OCEANSIDE — U.S. Rep. Mike Levin (D-San Juan Capistrano) met with realtors and taxpayer representatives from San Diego and Orange counties on Aug. 20 at the Chamber of Commerce to discuss how the state and local tax (SALT) deduction cap has harmed his constituents and possible solutions.
The SALT deduction is what allows taxpayers in high-tax states to deduct local taxpayers on their federal tax returns. Taxpayers who don’t take the standard deduction can deduct what they have paid in state and local taxes, which includes property, income and sales taxes.
In December 2017, President Donald Trump signed the Tax Cuts and Jobs Act, a new Republican-led tax bill that instituted a cap on the SALT deduction. This established a maximum deduction of $10,000 for both individual filers and married couples filing jointly; there was no limit prior to Trump signing the bill.
Tax deductions tend to be more valuable to those with higher incomes because they are taxed at a higher rate. With the $10,000 limit, those high-income filers saw higher tax bills.
Several bills have been introduced by Democrats to raise the deduction cap.
Lawmakers in Illinois introduced a bill that would change the cap to $15,000 for individual filers and $30,000 for married couples. In New Jersey, a bill was introduced to raise the caps to $18,000 per individual and $24,000 for married couples.

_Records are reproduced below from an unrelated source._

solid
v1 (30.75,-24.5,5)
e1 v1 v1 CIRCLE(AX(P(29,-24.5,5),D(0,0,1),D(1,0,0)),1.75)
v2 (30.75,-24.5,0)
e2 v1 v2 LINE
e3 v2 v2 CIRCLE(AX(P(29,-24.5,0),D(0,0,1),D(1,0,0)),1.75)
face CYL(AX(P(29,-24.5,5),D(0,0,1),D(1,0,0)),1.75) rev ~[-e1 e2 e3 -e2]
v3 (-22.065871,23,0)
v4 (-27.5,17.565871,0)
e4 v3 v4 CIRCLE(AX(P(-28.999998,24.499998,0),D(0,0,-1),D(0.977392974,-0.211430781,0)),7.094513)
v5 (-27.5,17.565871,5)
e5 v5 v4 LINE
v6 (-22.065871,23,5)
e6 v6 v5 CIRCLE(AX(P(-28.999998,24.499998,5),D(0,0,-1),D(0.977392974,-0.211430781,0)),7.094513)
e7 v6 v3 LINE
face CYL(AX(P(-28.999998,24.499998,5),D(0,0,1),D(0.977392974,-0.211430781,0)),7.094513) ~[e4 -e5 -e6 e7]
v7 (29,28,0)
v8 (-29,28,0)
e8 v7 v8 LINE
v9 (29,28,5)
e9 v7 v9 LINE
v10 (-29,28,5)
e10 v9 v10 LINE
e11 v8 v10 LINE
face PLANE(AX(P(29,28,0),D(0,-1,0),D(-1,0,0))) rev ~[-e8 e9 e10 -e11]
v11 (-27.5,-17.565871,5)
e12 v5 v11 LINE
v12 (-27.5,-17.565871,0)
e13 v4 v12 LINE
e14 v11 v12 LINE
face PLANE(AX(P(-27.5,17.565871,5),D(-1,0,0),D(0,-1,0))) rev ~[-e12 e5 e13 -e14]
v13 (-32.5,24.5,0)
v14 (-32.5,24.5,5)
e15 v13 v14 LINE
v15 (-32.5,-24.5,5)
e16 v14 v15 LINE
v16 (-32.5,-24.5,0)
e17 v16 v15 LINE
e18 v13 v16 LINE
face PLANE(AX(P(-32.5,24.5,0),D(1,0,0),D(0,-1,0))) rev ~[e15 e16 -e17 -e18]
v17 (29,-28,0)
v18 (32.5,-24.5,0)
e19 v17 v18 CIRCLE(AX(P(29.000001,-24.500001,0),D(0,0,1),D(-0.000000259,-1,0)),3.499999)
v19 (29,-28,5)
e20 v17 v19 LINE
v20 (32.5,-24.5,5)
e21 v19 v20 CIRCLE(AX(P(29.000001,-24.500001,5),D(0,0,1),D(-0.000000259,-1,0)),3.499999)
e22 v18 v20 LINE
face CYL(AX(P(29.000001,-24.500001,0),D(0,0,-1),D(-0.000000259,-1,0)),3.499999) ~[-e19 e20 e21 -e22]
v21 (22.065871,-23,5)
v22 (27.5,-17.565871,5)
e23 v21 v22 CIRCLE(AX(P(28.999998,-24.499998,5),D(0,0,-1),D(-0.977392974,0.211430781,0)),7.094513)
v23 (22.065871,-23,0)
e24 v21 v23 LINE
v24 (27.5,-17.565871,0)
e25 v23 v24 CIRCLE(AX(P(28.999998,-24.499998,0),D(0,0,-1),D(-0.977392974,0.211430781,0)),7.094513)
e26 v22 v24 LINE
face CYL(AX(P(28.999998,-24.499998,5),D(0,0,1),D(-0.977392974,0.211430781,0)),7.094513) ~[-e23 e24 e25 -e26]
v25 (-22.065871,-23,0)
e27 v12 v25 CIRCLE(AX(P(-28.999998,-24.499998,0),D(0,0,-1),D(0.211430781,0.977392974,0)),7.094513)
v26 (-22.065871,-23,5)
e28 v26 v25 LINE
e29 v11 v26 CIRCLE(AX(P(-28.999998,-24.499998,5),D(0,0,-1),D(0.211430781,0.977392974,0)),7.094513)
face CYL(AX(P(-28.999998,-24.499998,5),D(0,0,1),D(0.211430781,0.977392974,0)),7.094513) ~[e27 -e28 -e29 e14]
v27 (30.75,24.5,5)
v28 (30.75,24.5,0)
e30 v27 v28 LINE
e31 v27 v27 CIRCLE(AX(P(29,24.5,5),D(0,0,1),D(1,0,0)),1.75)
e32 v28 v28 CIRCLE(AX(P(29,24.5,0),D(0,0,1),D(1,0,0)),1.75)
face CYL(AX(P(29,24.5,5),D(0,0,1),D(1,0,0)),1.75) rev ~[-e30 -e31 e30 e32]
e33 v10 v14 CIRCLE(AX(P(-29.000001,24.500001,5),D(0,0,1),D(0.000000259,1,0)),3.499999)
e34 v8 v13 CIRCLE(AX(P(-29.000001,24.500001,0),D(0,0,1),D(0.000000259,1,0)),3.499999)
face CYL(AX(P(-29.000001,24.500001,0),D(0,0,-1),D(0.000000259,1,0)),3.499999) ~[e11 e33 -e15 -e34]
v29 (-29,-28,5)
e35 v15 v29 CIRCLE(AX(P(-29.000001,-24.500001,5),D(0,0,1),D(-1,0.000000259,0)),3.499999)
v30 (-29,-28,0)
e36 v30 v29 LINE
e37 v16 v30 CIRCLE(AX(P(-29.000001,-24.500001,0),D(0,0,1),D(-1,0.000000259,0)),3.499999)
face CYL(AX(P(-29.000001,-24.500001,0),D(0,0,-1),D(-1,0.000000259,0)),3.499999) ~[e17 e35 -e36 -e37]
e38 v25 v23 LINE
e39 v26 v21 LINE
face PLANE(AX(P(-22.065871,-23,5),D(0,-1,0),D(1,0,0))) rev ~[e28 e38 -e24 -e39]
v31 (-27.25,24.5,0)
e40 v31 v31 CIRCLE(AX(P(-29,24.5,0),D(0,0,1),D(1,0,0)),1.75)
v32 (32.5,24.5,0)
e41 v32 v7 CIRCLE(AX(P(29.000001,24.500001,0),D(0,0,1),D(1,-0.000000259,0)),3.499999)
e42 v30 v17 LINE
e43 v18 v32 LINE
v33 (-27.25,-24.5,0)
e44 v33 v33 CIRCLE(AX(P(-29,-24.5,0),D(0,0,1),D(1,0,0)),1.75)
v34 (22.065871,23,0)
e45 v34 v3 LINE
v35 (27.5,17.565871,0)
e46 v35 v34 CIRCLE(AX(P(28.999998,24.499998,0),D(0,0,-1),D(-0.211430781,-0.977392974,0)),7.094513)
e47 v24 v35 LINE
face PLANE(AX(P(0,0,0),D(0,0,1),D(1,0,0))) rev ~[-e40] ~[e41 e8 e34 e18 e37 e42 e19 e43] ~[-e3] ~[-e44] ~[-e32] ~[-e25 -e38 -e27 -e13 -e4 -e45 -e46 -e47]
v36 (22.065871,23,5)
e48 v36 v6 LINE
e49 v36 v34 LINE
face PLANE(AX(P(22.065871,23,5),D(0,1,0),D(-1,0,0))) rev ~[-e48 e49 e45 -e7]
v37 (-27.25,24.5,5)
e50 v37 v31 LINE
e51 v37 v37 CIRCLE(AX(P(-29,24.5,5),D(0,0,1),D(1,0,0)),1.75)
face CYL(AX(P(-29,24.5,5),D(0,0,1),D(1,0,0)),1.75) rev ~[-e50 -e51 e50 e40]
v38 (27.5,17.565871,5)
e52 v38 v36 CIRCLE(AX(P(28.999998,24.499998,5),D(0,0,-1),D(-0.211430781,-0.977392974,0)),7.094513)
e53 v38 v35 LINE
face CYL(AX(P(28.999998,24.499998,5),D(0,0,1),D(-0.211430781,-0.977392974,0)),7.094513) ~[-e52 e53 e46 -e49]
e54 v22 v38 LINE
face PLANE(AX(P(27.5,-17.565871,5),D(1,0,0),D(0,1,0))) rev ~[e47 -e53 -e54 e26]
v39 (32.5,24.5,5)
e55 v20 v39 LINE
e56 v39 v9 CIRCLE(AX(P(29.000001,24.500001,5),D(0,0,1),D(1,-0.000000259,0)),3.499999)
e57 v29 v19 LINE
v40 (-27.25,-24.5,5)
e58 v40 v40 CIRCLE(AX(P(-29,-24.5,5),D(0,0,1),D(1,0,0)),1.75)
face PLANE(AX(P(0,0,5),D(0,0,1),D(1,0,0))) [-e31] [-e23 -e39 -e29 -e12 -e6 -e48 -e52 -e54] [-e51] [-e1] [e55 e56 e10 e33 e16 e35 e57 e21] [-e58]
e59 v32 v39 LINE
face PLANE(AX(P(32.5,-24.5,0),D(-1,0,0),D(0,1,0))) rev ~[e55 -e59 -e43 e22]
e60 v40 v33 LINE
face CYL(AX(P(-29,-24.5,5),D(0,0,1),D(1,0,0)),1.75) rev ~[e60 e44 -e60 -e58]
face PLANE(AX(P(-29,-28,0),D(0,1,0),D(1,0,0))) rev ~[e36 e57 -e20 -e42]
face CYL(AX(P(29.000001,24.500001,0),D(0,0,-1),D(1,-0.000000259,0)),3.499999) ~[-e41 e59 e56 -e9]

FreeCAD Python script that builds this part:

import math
import FreeCAD as App
import Part
import Sketcher

doc = App.newDocument("Part")
body = doc.addObject("PartDesign::Body", "Body")

# Sketch on XY plane
sketch1 = doc.addObject("Sketcher::SketchObject", "Sketch")
body.addObject(sketch1)
sketch1.AttachmentSupport = (doc.XY_Plane, [""])
sketch1.MapMode = "FlatFace"
sketch1.addGeometry([
    Part.LineSegment(App.Vector(-29, -28, 0), App.Vector(29, -28, 0)),  # 0
    Part.ArcOfCircle(Part.Circle(App.Vector(29, -24.5, 0), App.Vector(0, 0, 1), 3.5), math.radians(-90), math.radians(0)),  # 1
    Part.LineSegment(App.Vector(32.5, -24.5, 0), App.Vector(32.5, 24.5, 0)),  # 2
    Part.ArcOfCircle(Part.Circle(App.Vector(29, 24.5, 0), App.Vector(0, 0, 1), 3.5), math.radians(0), math.radians(90)),  # 3
    Part.LineSegment(App.Vector(29, 28, 0), App.Vector(-29, 28, 0)),  # 4
    Part.ArcOfCircle(Part.Circle(App.Vector(-29, 24.5, 0), App.Vector(0, 0, 1), 3.5), math.radians(90), math.radians(180)),  # 5
    Part.LineSegment(App.Vector(-32.5, 24.5, 0), App.Vector(-32.5, -24.5, 0)),  # 6
    Part.ArcOfCircle(Part.Circle(App.Vector(-29, -24.5, 0), App.Vector(0, 0, 1), 3.5), math.radians(180), math.radians(270)),  # 7
], False)
sketch1.addConstraint([
    Sketcher.Constraint("Tangent", 0, 2, 1, 1),
    Sketcher.Constraint("Tangent", 1, 2, 2, 1),
    Sketcher.Constraint("Tangent", 2, 2, 3, 1),
    Sketcher.Constraint("Tangent", 3, 2, 4, 1),
    Sketcher.Constraint("Tangent", 4, 2, 5, 1),
    Sketcher.Constraint("Tangent", 5, 2, 6, 1),
    Sketcher.Constraint("Tangent", 6, 2, 7, 1),
    Sketcher.Constraint("Tangent", 7, 2, 0, 1),
    Sketcher.Constraint("Horizontal", 0),
    Sketcher.Constraint("Vertical", 2),
    Sketcher.Constraint("Horizontal", 4),
    Sketcher.Constraint("Vertical", 6),
    Sketcher.Constraint("Equal", 1, 3),
    Sketcher.Constraint("Equal", 3, 5),
    Sketcher.Constraint("Equal", 5, 7),
    Sketcher.Constraint("Symmetric", 1, 3, 5, 3, -1, 1),
    Sketcher.Constraint("Radius", 1, 3.499999),
    Sketcher.Constraint("DistanceX", 0, 1, 0, 2, 58.0),
    Sketcher.Constraint("DistanceY", 2, 1, 2, 2, 49.0),
])
pad1 = doc.addObject("PartDesign::Pad", "Pad")
body.addObject(pad1)
pad1.Profile = sketch1
pad1.Length = 5

# Sketch on XY plane
sketch2 = doc.addObject("Sketcher::SketchObject", "Sketch001")
body.addObject(sketch2)
sketch2.AttachmentSupport = (doc.XY_Plane, [""])
sketch2.MapMode = "FlatFace"
sketch2.AttachmentOffset = App.Placement(App.Vector(0, 0, 5), App.Rotation())
sketch2.addGeometry([
    Part.Circle(App.Vector(-29, 24.5, 0), App.Vector(0, 0, 1), 1.8),
    Part.Circle(App.Vector(29, 24.5, 0), App.Vector(0, 0, 1), 1.8),
    Part.Circle(App.Vector(29, -24.5, 0), App.Vector(0, 0, 1), 1.8),
    Part.Circle(App.Vector(-29, -24.5, 0), App.Vector(0, 0, 1), 1.8),
], False)
sketch2.addConstraint([
    Sketcher.Constraint("Equal", 0, 1),
    Sketcher.Constraint("Equal", 1, 2),
    Sketcher.Constraint("Equal", 2, 3),
    Sketcher.Constraint("Symmetric", 0, 3, 2, 3, -1, 1),
    Sketcher.Constraint("Symmetric", 1, 3, 3, 3, -1, 1),
    Sketcher.Constraint("Symmetric", 0, 3, 1, 3, -2),
    Sketcher.Constraint("Diameter", 0, 3.5),
    Sketcher.Constraint("DistanceX", 0, 3, -1, 1, 29.0),
    Sketcher.Constraint("DistanceY", 2, 3, 1, 3, 49.0),
])
pocket1 = doc.addObject("PartDesign::Pocket", "Pocket")
body.addObject(pocket1)
pocket1.Profile = sketch2
pocket1.Length = 5

# Sketch on XY plane
sketch3 = doc.addObject("Sketcher::SketchObject", "Sketch002")
body.addObject(sketch3)
sketch3.AttachmentSupport = (doc.XY_Plane, [""])
sketch3.MapMode = "FlatFace"
sketch3.AttachmentOffset = App.Placement(App.Vector(0, 0, 5), App.Rotation())
sketch3.addGeometry([
    Part.LineSegment(App.Vector(22, 23, 0), App.Vector(-22, 23, 0)),  # 0
    Part.ArcOfCircle(Part.Circle(App.Vector(-29, 24, 0), App.Vector(0, 0, 1), 7), math.radians(-78), math.radians(-12)),  # 1
    Part.LineSegment(App.Vector(-28, 18, 0), App.Vector(-28, -18, 0)),  # 2
    Part.ArcOfCircle(Part.Circle(App.Vector(-29, -24, 0), App.Vector(0, 0, 1), 7), math.radians(12), math.radians(78)),  # 3
    Part.LineSegment(App.Vector(-22, -23, 0), App.Vector(22, -23, 0)),  # 4
    Part.ArcOfCircle(Part.Circle(App.Vector(29, -24, 0), App.Vector(0, 0, 1), 7), math.radians(102), math.radians(168)),  # 5
    Part.LineSegment(App.Vector(28, -18, 0), App.Vector(28, 18, 0)),  # 6
    Part.ArcOfCircle(Part.Circle(App.Vector(29, 24, 0), App.Vector(0, 0, 1), 7), math.radians(-168), math.radians(-102)),  # 7
], False)
sketch3.addConstraint([
    Sketcher.Constraint("Coincident", 0, 2, 1, 2),
    Sketcher.Constraint("Coincident", 1, 1, 2, 1),
    Sketcher.Constraint("Coincident", 2, 2, 3, 2),
    Sketcher.Constraint("Coincident", 3, 1, 4, 1),
    Sketcher.Constraint("Coincident", 4, 2, 5, 2),
    Sketcher.Constraint("Coincident", 5, 1, 6, 1),
    Sketcher.Constraint("Coincident", 6, 2, 7, 2),
    Sketcher.Constraint("Coincident", 7, 1, 0, 1),
    Sketcher.Constraint("Horizontal", 0),
    Sketcher.Constraint("Vertical", 2),
    Sketcher.Constraint("Horizontal", 4),
    Sketcher.Constraint("Vertical", 6),
    Sketcher.Constraint("Equal", 1, 3),
    Sketcher.Constraint("Equal", 3, 5),
    Sketcher.Constraint("Equal", 5, 7),
    Sketcher.Constraint("Symmetric", 1, 3, 5, 3, -1, 1),
    Sketcher.Constraint("Symmetric", 3, 3, 7, 3, -1, 1),
    Sketcher.Constraint("Symmetric", 3, 3, 5, 3, -2),
    Sketcher.Constraint("Horizontal", 2, 2, 5, 1),
    Sketcher.Constraint("Vertical", 0, 2, 3, 1),
    Sketcher.Constraint("DistanceX", 1, 3, -1, 1, 28.999998),
    Sketcher.Constraint("DistanceY", -1, 1, 0, 2, 23.0),
    Sketcher.Constraint("DistanceX", 2, 2, 5, 1, 55.0),
    Sketcher.Constraint("DistanceY", -1, 1, 1, 3, 24.499998),
    Sketcher.Constraint("Radius", 1, 7.094513),
])
pocket2 = doc.addObject("PartDesign::Pocket", "Pocket001")
body.addObject(pocket2)
pocket2.Profile = sketch3
pocket2.Length = 5

doc.recompute()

Levin is co-sponsoring a bill called the SALT Deductibility Act that would fully repeal the deduction cap. A full repeal of the bill would cost about $200 billion in lost revenue.

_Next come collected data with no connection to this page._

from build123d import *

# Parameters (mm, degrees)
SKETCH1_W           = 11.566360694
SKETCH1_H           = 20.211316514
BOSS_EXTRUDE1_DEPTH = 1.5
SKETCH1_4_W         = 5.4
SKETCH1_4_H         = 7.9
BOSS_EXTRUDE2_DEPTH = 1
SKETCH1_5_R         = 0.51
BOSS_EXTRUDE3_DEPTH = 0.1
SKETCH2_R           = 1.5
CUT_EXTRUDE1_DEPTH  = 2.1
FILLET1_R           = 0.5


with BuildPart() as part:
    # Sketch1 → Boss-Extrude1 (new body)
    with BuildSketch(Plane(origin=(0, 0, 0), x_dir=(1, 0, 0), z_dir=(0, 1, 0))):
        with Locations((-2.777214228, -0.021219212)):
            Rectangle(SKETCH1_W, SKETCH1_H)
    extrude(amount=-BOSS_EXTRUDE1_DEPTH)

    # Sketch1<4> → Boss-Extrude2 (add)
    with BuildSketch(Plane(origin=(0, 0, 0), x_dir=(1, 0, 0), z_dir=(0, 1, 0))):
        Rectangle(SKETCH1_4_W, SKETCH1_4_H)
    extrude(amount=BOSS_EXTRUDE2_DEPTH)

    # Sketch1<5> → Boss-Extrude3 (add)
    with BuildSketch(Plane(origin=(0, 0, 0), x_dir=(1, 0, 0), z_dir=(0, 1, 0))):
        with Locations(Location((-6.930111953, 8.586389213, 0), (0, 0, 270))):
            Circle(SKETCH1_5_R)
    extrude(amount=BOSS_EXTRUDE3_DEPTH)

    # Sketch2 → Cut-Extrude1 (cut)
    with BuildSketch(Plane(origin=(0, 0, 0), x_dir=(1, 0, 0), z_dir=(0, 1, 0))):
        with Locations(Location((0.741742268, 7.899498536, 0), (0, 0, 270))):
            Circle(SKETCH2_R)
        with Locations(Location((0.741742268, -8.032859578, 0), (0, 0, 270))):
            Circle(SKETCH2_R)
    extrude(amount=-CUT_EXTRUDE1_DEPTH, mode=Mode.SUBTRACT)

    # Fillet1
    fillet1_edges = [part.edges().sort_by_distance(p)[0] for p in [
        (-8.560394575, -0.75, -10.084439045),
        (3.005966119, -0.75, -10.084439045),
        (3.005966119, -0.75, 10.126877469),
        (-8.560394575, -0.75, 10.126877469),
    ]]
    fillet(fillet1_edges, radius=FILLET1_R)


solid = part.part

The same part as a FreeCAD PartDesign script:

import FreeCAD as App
import Part
import Sketcher

V = App.Vector


def edges_at(feature, points):
    """Names of the edges that pass closest to the given points."""
    edges = feature.Shape.Edges
    near = lambda p: min(range(len(edges)), key=lambda i: edges[i].distToShape(Part.Vertex(*p))[0])
    return sorted({f"Edge{near(p) + 1}" for p in points})

doc = App.newDocument("Part")
params = doc.addObject("Spreadsheet::Sheet", "Params")
for row, (alias, value) in enumerate([
    ("pad1_length", "1.5 mm"),
    ("sketch2_width", "5.4 mm"),
    ("sketch2_height", "7.9 mm"),
    ("pad2_length", "1 mm"),
    ("sketch3_diameter", "1.02 mm"),
    ("pad3_length", "0.1 mm"),
    ("sketch4_diameter", "3 mm"),
    ("pocket1_length", "2.1 mm"),
    ("fillet_radius", "0.5 mm"),
], start=1):
    params.set(f"A{row}", alias)
    params.set(f"B{row}", "=" + value)
    params.setAlias(f"B{row}", alias)

body = doc.addObject("PartDesign::Body", "Body")

# Sketch on XZ plane
sketch1 = body.newObject("Sketcher::SketchObject", "Sketch")
sketch1.AttachmentSupport = (doc.getObject("XZ_Plane"), [""])
sketch1.MapMode = "FlatFace"
sketch1.addGeometry([
    Part.LineSegment(V(-9, -10, 0), V(-9, 10, 0)),
    Part.LineSegment(V(-9, 10, 0), V(3, 10, 0)),
    Part.LineSegment(V(3, 10, 0), V(3, -10, 0)),
    Part.LineSegment(V(3, -10, 0), V(-9, -10, 0)),
], False)
sketch1.addConstraint([
    Sketcher.Constraint("Coincident", 0, 2, 1, 1),
    Sketcher.Constraint("Coincident", 1, 2, 2, 1),
    Sketcher.Constraint("Coincident", 2, 2, 3, 1),
    Sketcher.Constraint("Coincident", 3, 2, 0, 1),
    Sketcher.Constraint("Vertical", 0),
    Sketcher.Constraint("Horizontal", 1),
    Sketcher.Constraint("Vertical", 2),
    Sketcher.Constraint("Horizontal", 3),
    Sketcher.Constraint("DistanceX", 1, 1, 1, 2, 11.566361),
    Sketcher.Constraint("DistanceY", 0, 1, 0, 2, 20.211317),
    Sketcher.Constraint("DistanceY", 2, 2, -1, 1, 10.084439),
    Sketcher.Constraint("DistanceX", 0, 2, -1, 1, 8.560395),
])
pad1 = body.newObject("PartDesign::Pad", "Pad")
pad1.Profile = sketch1
pad1.setExpression("Length", "Params.pad1_length")

# Sketch on XZ plane
sketch2 = body.newObject("Sketcher::SketchObject", "Sketch001")
sketch2.AttachmentSupport = (doc.getObject("XZ_Plane"), [""])
sketch2.MapMode = "FlatFace"
sketch2.addGeometry([
    Part.LineSegment(V(-3, -4, 0), V(-3, 4, 0)),
    Part.LineSegment(V(-3, 4, 0), V(3, 4, 0)),
    Part.LineSegment(V(3, 4, 0), V(3, -4, 0)),
    Part.LineSegment(V(3, -4, 0), V(-3, -4, 0)),
], False)
sketch2.addConstraint([
    Sketcher.Constraint("Coincident", 0, 2, 1, 1),
    Sketcher.Constraint("Coincident", 1, 2, 2, 1),
    Sketcher.Constraint("Coincident", 2, 2, 3, 1),
    Sketcher.Constraint("Coincident", 3, 2, 0, 1),
    Sketcher.Constraint("Vertical", 0),
    Sketcher.Constraint("Horizontal", 1),
    Sketcher.Constraint("Vertical", 2),
    Sketcher.Constraint("Horizontal", 3),
    Sketcher.Constraint("Symmetric", 0, 2, 2, 2, -1, 1),
    Sketcher.Constraint("DistanceX", 1, 1, 1, 2, 5.4),
    Sketcher.Constraint("DistanceY", 0, 1, 0, 2, 7.9),
])
sketch2.setExpression("Constraints[9]", "Params.sketch2_width")
sketch2.setExpression("Constraints[10]", "Params.sketch2_height")
pad2 = body.newObject("PartDesign::Pad", "Pad001")
pad2.Profile = sketch2
pad2.setExpression("Length", "Params.pad2_length")
pad2.Reversed = True

# Sketch on XZ plane
sketch3 = body.newObject("Sketcher::SketchObject", "Sketch002")
sketch3.AttachmentSupport = (doc.getObject("XZ_Plane"), [""])
sketch3.MapMode = "FlatFace"
sketch3.addGeometry(Part.Circle(V(-6.9, -8.6, 0), V(0, 0, 1), 0.5), False)
sketch3.addConstraint([
    Sketcher.Constraint("Diameter", 0, 1.02),
    Sketcher.Constraint("DistanceX", 0, 3, -1, 1, 6.930112),
    Sketcher.Constraint("DistanceY", 0, 3, -1, 1, 8.586389),
])
sketch3.setExpression("Constraints[0]", "Params.sketch3_diameter")
pad3 = body.newObject("PartDesign::Pad", "Pad002")
pad3.Profile = sketch3
pad3.setExpression("Length", "Params.pad3_length")
pad3.Reversed = True

# Sketch on XZ plane
sketch4 = body.newObject("Sketcher::SketchObject", "Sketch003")
sketch4.AttachmentSupport = (doc.getObject("XZ_Plane"), [""])
sketch4.MapMode = "FlatFace"
sketch4.addGeometry([
    Part.Circle(V(0.7, -7.9, 0), V(0, 0, 1), 1.5),
    Part.Circle(V(0.7, 8, 0), V(0, 0, 1), 1.5),
], False)
sketch4.addConstraint([
    Sketcher.Constraint("Equal", 0, 1),
    Sketcher.Constraint("Vertical", 0, 3, 1, 3),
    Sketcher.Constraint("Diameter", 0, 3.0),
    Sketcher.Constraint("DistanceY", 0, 3, -1, 1, 7.899499),
    Sketcher.Constraint("DistanceY", -1, 1, 1, 3, 8.03286),
    Sketcher.Constraint("DistanceX", -1, 1, 0, 3, 0.741742),
])
sketch4.setExpression("Constraints[2]", "Params.sketch4_diameter")
pocket1 = body.newObject("PartDesign::Pocket", "Pocket")
pocket1.Profile = sketch4
pocket1.setExpression("Length", "Params.pocket1_length")
pocket1.Reversed = True
doc.recompute()

fillet = body.newObject("PartDesign::Fillet", "Fillet")
fillet.Base = (pocket1, edges_at(pocket1, [
    (-8.56, -0.75, -10.084),
    (3.006, -0.75, -10.084),
    (3.006, -0.75, 10.127),
    (-8.56, -0.75, 10.127),
]))
fillet.setExpression("Radius", "Params.fillet_radius")

doc.recompute()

Levin also signed onto the Congressional Review Act, a resolution that would prevent Internal Revenue Service regulations from blocking state laws that provided “relief” to the SALT deduction cap.
Though Levin is supporting a full repeal, he is also partial to compromise.
“I’m interested in working on a resolution or working across the aisle to negotiate to try to get something done that would benefit my constituents here,” he said.
- Michael Roberts, an Orange County realtor, told Levin at the Aug. 20 roundtable discussion that he thinks the $15,000/$30,000 split would make at least three-fourths of his clients happy.
“The full repeal is going to get shot down dramatically,” he said. “Something in the middle would be great.”
Levin told The Coast News he also thinks the $15,000/$30,000 split would please many of his constituents.
Carolyn Cavecche, president and chief executive officer of the Orange County Taxpayers Association, said she personally would like to see a flat tax but doesn’t think that will happen. Instead, her taxpayer association supports a full repeal of the SALT deduction cap.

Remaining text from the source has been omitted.